> To do: Find the line in the entries below that contains "v9 (-11.375,13,2)". Repeat it exactly, and every line after it through the line that contains "FreeCAD Python script".

> Supplied material:
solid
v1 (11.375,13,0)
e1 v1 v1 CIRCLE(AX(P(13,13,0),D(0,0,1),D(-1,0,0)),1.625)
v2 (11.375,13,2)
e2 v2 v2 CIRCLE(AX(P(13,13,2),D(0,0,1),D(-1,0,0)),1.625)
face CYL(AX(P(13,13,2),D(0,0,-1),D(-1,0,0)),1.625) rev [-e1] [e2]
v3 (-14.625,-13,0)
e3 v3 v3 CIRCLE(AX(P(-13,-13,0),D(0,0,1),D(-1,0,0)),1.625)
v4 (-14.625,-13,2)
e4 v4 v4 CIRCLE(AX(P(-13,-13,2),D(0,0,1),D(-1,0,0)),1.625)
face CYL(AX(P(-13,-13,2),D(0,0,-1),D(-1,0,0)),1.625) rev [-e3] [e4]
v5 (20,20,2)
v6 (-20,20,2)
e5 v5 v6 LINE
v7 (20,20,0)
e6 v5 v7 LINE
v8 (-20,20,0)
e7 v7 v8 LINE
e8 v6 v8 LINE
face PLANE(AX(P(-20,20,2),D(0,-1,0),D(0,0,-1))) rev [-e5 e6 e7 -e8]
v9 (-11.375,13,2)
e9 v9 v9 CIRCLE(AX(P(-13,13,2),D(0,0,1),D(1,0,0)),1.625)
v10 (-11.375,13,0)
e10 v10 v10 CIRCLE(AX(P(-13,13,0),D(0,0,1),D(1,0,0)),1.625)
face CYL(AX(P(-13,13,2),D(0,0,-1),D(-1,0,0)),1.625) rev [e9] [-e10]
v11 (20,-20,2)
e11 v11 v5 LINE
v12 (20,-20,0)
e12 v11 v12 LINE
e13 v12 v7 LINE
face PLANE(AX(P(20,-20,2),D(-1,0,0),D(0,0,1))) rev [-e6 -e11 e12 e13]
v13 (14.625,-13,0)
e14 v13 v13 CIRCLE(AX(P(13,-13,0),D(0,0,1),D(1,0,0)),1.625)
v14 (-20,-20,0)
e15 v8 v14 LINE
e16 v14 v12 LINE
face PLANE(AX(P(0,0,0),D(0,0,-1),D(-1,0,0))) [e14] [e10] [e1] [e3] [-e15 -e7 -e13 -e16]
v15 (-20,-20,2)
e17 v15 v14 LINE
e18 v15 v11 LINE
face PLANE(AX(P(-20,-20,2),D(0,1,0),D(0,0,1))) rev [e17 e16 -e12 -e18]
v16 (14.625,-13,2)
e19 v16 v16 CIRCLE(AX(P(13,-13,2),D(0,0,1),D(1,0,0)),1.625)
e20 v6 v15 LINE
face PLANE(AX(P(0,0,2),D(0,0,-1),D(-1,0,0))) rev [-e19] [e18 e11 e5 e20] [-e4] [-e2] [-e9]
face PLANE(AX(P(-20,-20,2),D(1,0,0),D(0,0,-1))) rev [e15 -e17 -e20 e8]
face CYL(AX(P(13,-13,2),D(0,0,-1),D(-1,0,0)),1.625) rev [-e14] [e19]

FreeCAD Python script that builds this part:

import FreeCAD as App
import Part
import Sketcher
from FreeCAD import Vector


def add_polygon(sketch, points):
    """Adds a closed chain of lines whose ends are joined by coincident constraints."""
    first, n = sketch.GeometryCount, len(points)
    for a, b in zip(points, points[1:] + points[:1]):
        sketch.addGeometry(Part.LineSegment(App.Vector(*a, 0), App.Vector(*b, 0)), False)
    for i in range(n):
        sketch.addConstraint(Sketcher.Constraint("Coincident", first + i, 2, first + (i + 1) % n, 1))

doc = App.newDocument("Part")
body = doc.addObject("PartDesign::Body", "Body")

sketch1 = body.newObject("Sketcher::SketchObject", "Sketch")
sketch1.AttachmentSupport = (doc.getObject("XY_Plane"), [""])
sketch1.MapMode = "FlatFace"
add_polygon(sketch1, [(-20, 20), (-20, -20), (20, -20), (20, 20)])
sketch1.addGeometry(Part.Circle(Vector(-13, -13, 0), Vector(0, 0, 1), 1.625), False)
sketch1.addGeometry(Part.Circle(Vector(13, -13, 0), Vector(0, 0, 1), 1.625), False)
sketch1.addGeometry(Part.Circle(Vector(-13, 13, 0), Vector(0, 0, 1), 1.625), False)
sketch1.addGeometry(Part.Circle(Vector(13, 13, 0), Vector(0, 0, 1), 1.625), False)
sketch1.addConstraint([
    Sketcher.Constraint("Vertical", 0),
    Sketcher.Constraint("Horizontal", 1),
    Sketcher.Constraint("Vertical", 2),
    Sketcher.Constraint("Horizontal", 3),
    Sketcher.Constraint("Equal", 4, 5),
    Sketcher.Constraint("Equal", 5, 6),
    Sketcher.Constraint("Equal", 6, 7),
    Sketcher.Constraint("Symmetric", 5, 3, 6, 3, -1, 1),
    Sketcher.Constraint("Symmetric", 4, 3, 7, 3, -1, 1),
    Sketcher.Constraint("Symmetric", 0, 2, 2, 2, -1, 1),
    Sketcher.Constraint("Symmetric", 4, 3, 5, 3, -2),
    Sketcher.Constraint("Equal", 3, 0),
    Sketcher.Constraint("Diameter", 4, 3.25),
    Sketcher.Constraint("DistanceX", 1, 1, 1, 2, 40.0),
    Sketcher.Constraint("DistanceX", 4, 3, -1, 1, 13.0),
    Sketcher.Constraint("DistanceY", 4, 3, -1, 1, 13.0),
])
pad1 = body.newObject("PartDesign::Pad", "Pad")
pad1.Profile = sketch1
pad1.Length = 2

doc.recompute()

> Reply:
v9 (-11.375,13,2)
e9 v9 v9 CIRCLE(AX(P(-13,13,2),D(0,0,1),D(1,0,0)),1.625)
v10 (-11.375,13,0)
e10 v10 v10 CIRCLE(AX(P(-13,13,0),D(0,0,1),D(1,0,0)),1.625)
face CYL(AX(P(-13,13,2),D(0,0,-1),D(-1,0,0)),1.625) rev [e9] [-e10]
v11 (20,-20,2)
e11 v11 v5 LINE
v12 (20,-20,0)
e12 v11 v12 LINE
e13 v12 v7 LINE
face PLANE(AX(P(20,-20,2),D(-1,0,0),D(0,0,1))) rev [-e6 -e11 e12 e13]
v13 (14.625,-13,0)
e14 v13 v13 CIRCLE(AX(P(13,-13,0),D(0,0,1),D(1,0,0)),1.625)
v14 (-20,-20,0)
e15 v8 v14 LINE
e16 v14 v12 LINE
face PLANE(AX(P(0,0,0),D(0,0,-1),D(-1,0,0))) [e14] [e10] [e1] [e3] [-e15 -e7 -e13 -e16]
v15 (-20,-20,2)
e17 v15 v14 LINE
e18 v15 v11 LINE
face PLANE(AX(P(-20,-20,2),D(0,1,0),D(0,0,1))) rev [e17 e16 -e12 -e18]
v16 (14.625,-13,2)
e19 v16 v16 CIRCLE(AX(P(13,-13,2),D(0,0,1),D(1,0,0)),1.625)
e20 v6 v15 LINE
face PLANE(AX(P(0,0,2),D(0,0,-1),D(-1,0,0))) rev [-e19] [e18 e11 e5 e20] [-e4] [-e2] [-e9]
face PLANE(AX(P(-20,-20,2),D(1,0,0),D(0,0,-1))) rev [e15 -e17 -e20 e8]
face CYL(AX(P(13,-13,2),D(0,0,-1),D(-1,0,0)),1.625) rev [-e14] [e19]

FreeCAD Python script that builds this part:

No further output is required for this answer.